(Required action):
From the entries below, return every line that includes the word "Locations".

(Data excerpts):

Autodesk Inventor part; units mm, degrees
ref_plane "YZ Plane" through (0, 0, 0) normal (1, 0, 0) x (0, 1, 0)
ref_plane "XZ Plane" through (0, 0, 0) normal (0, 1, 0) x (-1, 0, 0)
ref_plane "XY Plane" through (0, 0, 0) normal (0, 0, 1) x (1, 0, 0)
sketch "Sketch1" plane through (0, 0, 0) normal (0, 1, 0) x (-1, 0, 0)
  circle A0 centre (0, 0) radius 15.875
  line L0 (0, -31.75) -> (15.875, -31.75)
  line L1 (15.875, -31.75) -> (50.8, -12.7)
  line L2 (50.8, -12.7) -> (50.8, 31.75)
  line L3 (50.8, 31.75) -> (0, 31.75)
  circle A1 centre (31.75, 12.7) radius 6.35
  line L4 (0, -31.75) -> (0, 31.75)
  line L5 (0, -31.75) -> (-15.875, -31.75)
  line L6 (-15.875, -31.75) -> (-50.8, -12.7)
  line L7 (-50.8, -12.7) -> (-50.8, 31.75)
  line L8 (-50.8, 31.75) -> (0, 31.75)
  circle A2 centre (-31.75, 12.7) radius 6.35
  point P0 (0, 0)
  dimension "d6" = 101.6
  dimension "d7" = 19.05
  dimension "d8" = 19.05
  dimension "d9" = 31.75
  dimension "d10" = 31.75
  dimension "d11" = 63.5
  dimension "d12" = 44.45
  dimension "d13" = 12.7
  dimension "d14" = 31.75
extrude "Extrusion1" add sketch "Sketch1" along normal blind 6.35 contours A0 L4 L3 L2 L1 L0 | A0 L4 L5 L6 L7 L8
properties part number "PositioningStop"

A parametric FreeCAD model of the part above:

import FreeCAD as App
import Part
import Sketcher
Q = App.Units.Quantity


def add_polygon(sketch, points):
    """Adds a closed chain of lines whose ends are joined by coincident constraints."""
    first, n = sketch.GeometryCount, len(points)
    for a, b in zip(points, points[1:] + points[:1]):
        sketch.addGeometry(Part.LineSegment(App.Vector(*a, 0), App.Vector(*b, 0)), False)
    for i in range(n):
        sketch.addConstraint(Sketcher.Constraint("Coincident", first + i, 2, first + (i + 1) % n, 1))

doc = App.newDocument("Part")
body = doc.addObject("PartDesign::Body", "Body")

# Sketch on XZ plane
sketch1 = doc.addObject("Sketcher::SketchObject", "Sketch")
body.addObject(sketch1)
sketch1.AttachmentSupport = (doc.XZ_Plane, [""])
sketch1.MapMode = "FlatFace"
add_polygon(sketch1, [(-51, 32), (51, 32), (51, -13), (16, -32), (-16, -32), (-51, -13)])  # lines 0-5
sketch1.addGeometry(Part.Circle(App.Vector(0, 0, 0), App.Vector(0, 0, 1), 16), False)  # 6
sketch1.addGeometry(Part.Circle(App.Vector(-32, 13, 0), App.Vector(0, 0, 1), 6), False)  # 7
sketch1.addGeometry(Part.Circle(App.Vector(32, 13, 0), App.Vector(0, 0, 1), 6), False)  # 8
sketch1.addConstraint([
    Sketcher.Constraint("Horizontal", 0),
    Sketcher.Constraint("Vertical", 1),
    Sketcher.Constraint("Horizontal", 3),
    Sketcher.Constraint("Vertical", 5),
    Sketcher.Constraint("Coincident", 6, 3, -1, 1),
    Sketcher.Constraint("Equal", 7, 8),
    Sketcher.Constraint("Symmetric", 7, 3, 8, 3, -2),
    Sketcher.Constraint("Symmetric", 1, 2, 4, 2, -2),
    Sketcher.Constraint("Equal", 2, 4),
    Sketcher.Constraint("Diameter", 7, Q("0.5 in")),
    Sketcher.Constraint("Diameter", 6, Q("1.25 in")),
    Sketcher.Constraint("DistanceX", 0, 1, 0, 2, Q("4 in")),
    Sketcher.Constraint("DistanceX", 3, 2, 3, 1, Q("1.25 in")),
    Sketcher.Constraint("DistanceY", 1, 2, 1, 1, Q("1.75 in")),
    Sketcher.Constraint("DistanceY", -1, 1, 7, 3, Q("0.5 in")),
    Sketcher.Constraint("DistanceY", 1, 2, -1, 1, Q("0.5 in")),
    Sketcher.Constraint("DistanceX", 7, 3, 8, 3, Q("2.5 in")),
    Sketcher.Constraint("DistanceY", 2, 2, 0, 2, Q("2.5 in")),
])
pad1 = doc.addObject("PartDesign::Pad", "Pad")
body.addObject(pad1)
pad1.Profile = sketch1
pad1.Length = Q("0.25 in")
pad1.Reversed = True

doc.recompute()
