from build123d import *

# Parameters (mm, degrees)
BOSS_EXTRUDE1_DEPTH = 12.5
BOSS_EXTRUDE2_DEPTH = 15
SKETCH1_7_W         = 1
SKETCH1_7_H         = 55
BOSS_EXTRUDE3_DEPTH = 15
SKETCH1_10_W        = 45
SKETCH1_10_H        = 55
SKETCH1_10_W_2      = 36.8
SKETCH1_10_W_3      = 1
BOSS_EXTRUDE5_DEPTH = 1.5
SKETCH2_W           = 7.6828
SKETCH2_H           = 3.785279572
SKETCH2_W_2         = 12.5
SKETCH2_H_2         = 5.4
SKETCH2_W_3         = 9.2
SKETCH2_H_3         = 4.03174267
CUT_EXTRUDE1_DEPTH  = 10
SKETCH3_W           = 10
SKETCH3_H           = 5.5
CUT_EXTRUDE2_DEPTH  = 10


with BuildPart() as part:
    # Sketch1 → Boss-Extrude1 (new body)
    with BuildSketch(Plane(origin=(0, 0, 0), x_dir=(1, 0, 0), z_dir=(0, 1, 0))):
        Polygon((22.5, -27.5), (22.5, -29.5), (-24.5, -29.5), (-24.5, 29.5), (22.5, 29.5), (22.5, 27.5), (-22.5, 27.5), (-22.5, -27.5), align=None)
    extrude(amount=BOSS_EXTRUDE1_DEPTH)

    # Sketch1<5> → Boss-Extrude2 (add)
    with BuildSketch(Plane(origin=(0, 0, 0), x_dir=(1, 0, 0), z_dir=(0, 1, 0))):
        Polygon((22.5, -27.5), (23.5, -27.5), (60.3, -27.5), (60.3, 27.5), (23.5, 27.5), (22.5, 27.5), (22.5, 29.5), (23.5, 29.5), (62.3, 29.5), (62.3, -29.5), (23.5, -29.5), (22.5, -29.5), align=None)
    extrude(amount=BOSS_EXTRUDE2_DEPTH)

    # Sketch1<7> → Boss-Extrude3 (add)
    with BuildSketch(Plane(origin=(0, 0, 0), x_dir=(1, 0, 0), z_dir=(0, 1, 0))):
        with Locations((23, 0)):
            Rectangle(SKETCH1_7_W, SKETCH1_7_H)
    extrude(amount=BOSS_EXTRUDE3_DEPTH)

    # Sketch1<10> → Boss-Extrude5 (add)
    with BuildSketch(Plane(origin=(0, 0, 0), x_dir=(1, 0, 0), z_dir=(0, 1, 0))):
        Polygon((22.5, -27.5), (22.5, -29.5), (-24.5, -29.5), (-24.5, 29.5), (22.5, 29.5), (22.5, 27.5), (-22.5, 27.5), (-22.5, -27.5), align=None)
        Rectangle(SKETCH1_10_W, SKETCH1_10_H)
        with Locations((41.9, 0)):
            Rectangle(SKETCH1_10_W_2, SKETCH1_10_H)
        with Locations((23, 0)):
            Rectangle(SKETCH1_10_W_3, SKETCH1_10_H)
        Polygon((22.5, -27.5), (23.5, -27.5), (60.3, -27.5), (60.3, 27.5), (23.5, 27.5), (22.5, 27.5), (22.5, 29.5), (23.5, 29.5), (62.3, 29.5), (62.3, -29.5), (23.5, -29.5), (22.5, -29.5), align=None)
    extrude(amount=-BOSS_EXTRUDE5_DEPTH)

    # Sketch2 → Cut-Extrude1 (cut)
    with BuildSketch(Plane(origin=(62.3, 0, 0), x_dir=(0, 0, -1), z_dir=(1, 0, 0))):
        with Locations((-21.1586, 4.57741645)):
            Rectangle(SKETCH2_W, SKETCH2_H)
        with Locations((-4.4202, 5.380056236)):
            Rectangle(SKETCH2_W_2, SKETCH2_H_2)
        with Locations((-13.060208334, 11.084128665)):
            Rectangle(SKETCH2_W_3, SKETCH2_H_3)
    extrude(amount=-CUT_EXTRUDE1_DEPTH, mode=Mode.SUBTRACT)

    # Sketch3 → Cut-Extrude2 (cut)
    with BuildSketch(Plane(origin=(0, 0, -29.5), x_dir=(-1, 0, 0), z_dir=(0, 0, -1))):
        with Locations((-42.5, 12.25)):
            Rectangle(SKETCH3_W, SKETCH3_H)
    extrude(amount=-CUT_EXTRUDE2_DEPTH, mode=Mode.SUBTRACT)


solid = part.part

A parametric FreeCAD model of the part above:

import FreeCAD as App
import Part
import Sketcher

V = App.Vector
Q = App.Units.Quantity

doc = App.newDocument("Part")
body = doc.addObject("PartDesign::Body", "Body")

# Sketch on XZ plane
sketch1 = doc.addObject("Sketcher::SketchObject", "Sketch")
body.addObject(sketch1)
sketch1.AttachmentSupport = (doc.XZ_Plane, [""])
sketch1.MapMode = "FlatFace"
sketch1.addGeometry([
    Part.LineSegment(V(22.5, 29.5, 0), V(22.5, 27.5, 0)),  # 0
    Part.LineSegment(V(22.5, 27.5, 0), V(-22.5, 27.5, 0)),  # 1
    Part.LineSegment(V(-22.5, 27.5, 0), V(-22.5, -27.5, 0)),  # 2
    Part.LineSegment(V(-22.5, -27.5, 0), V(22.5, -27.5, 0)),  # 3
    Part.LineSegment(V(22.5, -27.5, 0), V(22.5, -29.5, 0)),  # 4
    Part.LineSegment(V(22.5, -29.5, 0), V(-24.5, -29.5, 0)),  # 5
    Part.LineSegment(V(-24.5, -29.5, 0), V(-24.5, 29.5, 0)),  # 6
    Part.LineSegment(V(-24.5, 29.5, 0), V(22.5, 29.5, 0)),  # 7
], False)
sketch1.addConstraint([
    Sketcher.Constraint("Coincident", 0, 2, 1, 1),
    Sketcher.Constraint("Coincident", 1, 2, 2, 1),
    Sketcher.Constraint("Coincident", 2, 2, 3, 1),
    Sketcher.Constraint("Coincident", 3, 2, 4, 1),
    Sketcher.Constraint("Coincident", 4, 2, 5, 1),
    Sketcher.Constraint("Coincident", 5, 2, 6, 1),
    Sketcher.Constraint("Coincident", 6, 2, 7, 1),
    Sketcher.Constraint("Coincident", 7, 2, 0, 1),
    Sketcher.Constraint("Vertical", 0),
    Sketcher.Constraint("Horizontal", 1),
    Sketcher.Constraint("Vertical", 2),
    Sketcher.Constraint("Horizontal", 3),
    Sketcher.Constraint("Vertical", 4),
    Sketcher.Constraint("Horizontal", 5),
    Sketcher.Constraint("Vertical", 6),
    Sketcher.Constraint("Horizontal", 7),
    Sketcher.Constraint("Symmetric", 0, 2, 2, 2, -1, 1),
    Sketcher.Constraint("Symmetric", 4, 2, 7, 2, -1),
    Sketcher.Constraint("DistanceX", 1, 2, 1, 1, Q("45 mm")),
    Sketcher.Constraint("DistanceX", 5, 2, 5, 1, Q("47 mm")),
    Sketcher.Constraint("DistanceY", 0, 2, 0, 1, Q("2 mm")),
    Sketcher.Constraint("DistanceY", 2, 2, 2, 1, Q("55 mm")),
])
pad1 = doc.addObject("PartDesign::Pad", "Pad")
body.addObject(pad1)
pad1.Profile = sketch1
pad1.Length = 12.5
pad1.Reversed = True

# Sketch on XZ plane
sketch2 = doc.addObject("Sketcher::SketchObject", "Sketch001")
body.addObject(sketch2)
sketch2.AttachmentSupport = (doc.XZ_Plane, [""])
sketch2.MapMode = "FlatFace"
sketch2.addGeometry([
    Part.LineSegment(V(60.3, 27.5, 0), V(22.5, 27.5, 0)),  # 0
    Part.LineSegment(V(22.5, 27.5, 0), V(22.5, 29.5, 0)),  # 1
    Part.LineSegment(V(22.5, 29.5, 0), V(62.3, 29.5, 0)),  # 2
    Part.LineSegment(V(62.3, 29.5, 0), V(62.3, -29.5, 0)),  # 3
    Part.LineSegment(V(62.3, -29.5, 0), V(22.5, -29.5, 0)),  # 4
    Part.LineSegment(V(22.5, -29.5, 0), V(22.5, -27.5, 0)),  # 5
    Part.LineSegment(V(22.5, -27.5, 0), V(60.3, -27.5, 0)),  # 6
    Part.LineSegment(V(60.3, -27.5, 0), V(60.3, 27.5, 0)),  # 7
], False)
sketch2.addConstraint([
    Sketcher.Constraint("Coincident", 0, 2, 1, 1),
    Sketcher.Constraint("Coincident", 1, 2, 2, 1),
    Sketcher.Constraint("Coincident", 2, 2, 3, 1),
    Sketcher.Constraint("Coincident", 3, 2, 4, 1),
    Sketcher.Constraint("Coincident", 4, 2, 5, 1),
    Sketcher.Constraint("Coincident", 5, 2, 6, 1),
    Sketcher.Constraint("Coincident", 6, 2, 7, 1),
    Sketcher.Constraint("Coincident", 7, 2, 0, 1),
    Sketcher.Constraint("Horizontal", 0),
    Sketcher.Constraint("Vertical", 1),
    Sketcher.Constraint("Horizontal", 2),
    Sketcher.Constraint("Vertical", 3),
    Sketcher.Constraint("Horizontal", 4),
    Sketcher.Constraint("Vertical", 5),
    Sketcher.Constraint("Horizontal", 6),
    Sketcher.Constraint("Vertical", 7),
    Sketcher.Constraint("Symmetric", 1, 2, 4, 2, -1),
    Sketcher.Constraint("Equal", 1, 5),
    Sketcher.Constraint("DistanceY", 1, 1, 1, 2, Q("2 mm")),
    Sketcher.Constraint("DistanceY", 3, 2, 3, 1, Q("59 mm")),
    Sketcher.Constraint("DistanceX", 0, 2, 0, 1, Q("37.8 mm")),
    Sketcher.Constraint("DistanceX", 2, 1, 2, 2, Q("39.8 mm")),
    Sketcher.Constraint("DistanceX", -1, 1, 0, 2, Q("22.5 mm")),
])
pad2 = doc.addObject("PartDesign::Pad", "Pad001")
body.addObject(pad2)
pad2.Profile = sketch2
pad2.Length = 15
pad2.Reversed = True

(Solved problem):
        with Locations((23, 0)):
        with Locations((41.9, 0)):
        with Locations((23, 0)):
        with Locations((-21.1586, 4.57741645)):
        with Locations((-4.4202, 5.380056236)):
        with Locations((-13.060208334, 11.084128665)):
        with Locations((-42.5, 12.25)):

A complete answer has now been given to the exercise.